Drawings to be sent to W. G. Collingwood, Lanehead, Coniston, Lancashire, by the end of October.
The Parents' Review School has begun its second year's work with ever-increasing popularity. It is a source of great satisfaction that the school should be of so much use, not only to parents in England, who are within reach of other help, but to those in out-of-the-way districts--in Ceylon, South Africa, New Zealand, South India, U.S.A., &c.
The Parents' Review--Are our readers making earnest and urgent efforts to increase our circulation? What we must regard as our probationary year has not long to run. Let us repeat that we constantly receive letters expressing gratitude to those friends who first introduced the writers to the Parents' Review.

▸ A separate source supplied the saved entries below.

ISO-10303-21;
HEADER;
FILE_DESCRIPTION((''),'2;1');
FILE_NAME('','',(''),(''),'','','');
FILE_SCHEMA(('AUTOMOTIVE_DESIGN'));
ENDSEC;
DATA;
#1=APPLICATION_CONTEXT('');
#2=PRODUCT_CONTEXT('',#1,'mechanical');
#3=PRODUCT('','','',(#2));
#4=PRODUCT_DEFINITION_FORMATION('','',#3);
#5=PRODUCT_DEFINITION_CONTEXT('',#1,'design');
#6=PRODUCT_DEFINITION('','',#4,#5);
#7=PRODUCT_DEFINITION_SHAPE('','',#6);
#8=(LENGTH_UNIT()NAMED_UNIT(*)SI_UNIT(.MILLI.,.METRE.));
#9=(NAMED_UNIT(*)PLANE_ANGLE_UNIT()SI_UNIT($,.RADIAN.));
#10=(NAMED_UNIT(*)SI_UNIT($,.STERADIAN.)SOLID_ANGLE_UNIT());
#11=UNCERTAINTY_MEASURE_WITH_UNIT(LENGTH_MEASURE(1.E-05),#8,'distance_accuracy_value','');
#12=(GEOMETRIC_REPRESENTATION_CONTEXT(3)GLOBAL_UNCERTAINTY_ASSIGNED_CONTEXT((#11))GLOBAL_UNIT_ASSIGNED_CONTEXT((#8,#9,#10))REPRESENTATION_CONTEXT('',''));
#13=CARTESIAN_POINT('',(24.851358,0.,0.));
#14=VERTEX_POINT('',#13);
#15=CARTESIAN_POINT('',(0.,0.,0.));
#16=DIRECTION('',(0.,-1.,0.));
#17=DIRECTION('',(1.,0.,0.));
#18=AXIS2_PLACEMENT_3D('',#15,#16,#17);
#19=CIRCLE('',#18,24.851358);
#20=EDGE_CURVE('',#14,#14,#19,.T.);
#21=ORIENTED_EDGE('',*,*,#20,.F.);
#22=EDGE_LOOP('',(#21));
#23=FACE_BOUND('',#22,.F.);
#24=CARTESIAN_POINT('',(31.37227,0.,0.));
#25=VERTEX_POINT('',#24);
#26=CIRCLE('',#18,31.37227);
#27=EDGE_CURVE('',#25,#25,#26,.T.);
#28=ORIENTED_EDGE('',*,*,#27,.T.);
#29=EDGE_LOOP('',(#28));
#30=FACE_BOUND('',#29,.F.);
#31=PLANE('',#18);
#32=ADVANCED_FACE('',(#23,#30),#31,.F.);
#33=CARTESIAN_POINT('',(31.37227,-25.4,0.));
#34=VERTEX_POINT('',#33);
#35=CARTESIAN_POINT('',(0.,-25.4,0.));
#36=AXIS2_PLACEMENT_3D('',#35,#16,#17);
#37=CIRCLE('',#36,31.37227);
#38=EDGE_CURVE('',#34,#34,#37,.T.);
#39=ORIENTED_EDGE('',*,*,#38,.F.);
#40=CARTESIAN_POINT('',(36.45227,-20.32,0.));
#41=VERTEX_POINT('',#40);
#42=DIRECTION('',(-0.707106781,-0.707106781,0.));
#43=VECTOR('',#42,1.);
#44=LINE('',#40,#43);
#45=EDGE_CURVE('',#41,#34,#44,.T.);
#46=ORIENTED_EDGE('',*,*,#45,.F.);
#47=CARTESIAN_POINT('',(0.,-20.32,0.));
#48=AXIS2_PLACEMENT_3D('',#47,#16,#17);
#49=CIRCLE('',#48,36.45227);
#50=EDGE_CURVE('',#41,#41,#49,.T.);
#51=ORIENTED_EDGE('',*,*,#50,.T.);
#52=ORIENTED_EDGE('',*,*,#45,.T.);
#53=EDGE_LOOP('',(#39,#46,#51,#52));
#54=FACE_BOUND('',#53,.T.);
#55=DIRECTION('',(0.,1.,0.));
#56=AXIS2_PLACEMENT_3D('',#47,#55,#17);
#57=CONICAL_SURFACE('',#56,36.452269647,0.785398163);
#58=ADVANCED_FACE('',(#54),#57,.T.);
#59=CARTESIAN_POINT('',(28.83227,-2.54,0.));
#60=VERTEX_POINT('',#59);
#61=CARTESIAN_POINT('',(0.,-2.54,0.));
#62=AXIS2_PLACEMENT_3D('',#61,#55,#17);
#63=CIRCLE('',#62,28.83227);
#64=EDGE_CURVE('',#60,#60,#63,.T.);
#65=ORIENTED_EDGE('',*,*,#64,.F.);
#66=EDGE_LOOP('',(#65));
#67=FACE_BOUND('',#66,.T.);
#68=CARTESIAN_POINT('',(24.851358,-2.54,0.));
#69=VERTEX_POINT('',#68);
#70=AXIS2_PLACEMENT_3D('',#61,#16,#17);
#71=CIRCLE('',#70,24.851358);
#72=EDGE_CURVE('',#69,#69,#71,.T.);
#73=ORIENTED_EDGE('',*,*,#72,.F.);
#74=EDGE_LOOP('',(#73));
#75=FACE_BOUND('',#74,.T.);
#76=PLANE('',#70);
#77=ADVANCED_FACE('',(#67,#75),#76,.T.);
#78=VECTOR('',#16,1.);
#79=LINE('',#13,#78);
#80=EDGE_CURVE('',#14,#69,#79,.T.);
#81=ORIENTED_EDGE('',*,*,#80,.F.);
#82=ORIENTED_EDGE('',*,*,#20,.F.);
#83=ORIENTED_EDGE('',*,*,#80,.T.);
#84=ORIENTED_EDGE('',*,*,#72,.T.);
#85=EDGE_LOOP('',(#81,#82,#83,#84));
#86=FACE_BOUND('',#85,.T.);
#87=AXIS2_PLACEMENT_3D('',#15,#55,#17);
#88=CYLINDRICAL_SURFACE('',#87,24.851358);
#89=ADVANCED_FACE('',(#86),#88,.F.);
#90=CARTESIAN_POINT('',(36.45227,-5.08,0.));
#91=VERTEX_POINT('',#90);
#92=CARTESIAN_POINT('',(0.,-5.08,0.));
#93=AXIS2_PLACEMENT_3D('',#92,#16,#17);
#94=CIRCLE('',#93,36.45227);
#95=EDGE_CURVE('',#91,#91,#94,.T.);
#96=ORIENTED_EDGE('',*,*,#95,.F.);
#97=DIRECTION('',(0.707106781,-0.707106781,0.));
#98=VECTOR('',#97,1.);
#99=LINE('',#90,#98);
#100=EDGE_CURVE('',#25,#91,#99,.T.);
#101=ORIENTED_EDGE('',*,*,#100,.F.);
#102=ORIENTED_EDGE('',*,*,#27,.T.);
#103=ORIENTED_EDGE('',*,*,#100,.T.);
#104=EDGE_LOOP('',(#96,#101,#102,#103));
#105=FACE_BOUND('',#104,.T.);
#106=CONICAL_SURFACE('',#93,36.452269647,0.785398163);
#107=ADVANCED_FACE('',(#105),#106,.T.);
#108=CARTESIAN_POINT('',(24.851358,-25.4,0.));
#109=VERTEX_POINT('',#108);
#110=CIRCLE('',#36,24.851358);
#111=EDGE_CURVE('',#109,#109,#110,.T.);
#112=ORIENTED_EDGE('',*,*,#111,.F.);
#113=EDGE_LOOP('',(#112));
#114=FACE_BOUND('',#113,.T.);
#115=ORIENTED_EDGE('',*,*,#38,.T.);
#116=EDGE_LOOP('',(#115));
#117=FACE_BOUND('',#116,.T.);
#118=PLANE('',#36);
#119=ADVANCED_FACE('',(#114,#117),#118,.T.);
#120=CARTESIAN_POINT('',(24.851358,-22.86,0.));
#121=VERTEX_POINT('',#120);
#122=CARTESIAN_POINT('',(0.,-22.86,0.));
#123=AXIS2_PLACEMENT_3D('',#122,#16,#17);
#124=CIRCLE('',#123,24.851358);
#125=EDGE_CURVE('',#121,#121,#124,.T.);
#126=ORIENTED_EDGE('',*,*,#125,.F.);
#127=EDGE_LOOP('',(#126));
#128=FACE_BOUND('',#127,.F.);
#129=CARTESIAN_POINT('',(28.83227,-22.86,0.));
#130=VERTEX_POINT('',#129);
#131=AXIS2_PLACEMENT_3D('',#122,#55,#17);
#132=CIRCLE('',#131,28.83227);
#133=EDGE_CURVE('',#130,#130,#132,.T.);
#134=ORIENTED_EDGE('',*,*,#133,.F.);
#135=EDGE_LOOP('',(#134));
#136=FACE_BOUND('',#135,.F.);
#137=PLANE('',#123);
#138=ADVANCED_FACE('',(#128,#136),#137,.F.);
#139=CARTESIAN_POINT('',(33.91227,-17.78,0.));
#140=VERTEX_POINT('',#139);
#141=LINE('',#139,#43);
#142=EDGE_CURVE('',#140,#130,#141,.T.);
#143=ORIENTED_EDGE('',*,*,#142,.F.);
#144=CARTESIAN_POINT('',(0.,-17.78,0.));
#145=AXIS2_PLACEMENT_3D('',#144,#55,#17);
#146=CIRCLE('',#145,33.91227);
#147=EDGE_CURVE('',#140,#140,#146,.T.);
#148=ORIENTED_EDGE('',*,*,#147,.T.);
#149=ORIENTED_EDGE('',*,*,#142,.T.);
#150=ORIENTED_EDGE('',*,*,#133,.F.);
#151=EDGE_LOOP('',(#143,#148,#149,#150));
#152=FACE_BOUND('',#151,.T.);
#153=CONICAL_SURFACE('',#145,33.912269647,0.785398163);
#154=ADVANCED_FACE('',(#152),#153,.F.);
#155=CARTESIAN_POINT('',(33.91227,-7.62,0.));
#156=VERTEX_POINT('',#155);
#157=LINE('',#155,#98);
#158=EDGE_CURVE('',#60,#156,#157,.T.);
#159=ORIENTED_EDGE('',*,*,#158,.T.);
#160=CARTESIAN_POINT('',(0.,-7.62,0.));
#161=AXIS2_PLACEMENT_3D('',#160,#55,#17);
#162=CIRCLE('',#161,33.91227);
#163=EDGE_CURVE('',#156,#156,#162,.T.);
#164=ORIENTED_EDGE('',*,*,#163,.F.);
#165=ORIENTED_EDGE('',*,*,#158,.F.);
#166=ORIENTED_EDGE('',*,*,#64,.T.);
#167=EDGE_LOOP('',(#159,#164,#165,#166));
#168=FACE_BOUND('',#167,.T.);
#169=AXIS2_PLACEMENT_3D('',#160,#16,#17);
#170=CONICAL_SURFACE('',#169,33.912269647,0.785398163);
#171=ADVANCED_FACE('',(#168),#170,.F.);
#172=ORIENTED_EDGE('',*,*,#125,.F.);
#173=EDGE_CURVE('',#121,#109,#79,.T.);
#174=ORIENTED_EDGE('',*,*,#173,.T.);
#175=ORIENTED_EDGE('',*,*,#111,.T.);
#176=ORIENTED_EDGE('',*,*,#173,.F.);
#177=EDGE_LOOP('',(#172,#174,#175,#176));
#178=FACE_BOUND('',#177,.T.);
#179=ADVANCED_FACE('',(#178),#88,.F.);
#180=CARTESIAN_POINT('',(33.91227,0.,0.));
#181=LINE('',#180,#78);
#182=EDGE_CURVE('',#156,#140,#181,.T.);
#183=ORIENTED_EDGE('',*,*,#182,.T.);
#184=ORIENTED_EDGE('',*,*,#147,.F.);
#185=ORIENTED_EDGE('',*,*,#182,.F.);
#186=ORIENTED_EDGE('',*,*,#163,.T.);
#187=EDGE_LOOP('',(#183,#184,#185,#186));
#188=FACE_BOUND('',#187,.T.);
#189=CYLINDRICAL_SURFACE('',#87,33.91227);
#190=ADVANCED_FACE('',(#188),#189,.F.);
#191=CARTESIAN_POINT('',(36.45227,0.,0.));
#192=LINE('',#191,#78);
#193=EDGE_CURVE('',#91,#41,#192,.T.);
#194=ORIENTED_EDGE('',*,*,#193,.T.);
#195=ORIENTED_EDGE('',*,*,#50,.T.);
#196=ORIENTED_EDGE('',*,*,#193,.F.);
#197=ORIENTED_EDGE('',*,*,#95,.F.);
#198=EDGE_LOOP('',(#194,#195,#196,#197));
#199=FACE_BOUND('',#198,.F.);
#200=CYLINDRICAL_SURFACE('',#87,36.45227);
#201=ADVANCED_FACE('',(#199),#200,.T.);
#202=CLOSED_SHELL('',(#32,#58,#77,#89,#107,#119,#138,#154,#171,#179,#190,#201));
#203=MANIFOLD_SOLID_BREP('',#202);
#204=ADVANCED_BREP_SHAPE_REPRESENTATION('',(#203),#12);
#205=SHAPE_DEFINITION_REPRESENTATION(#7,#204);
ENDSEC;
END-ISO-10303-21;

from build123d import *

# Parameters (mm, degrees)
F0_R     = 36.4522696474
F0_R_2   = 24.8513580129
F1_DEPTH = 25.4
F2_T     = -2.54
F3_SIZE  = 5.08
F4_SIZE  = 5.08


with BuildPart() as f1:
    # F0 (on Front) → F1 (new body)
    with BuildSketch(Plane.XZ):
        Circle(F0_R)
        Circle(F0_R_2, mode=Mode.SUBTRACT)
    extrude(amount=F1_DEPTH)

    # F2
    f2_openings = [f1.faces().sort_by_distance(p)[0] for p in [
        (-24.851358, -12.7, 0),
    ]]
    offset(amount=F2_T, openings=f2_openings)

    # F3
    f3_edges = [f1.edges().sort_by_distance(p)[0] for p in [
        (33.91227, -12.7, 0),
        (-33.91227, -2.54, 0),
        (-33.91227, -22.86, 0),
    ]]
    chamfer(f3_edges, length=F3_SIZE)

    # F4
    f4_edges = [f1.edges().sort_by_distance(p)[0] for p in [
        (36.45227, -12.7, 0),
        (-36.45227, 0, 0),
        (-36.45227, -25.4, 0),
    ]]
    chamfer(f4_edges, length=F4_SIZE)


solid = f1.part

The Mothers' Education Course--We find that this course is greatly appreciated: members may join at any time, and the three years' study will be dated from the time they enter. Particulars may be had from the Editor.
Obituary--We have to record the death of a valued friend and indefatigable helper of our work. The death of the Rev. Edward Wynne leaves a gap which it will not be easy to fill. He has been intimately associated with the work from the beginning; indeed, the lectures on "Home Education," which originated the whole scheme, were given under his kind auspices and to help a parochial work. From that date until his lamented death we have always found in Mr. Wynne an able counselor and a most kind, cordial, and indefatigable friend to the cause in which he took so lively an interest. He worked hard as a member of the council of the P.N.E.U., and most generously undertook the post of Hon. Sec. when he was little fit for its duties. This is not the place to speak of Mr. Wynne's personal qualities, nor of personal sorrow for his loss.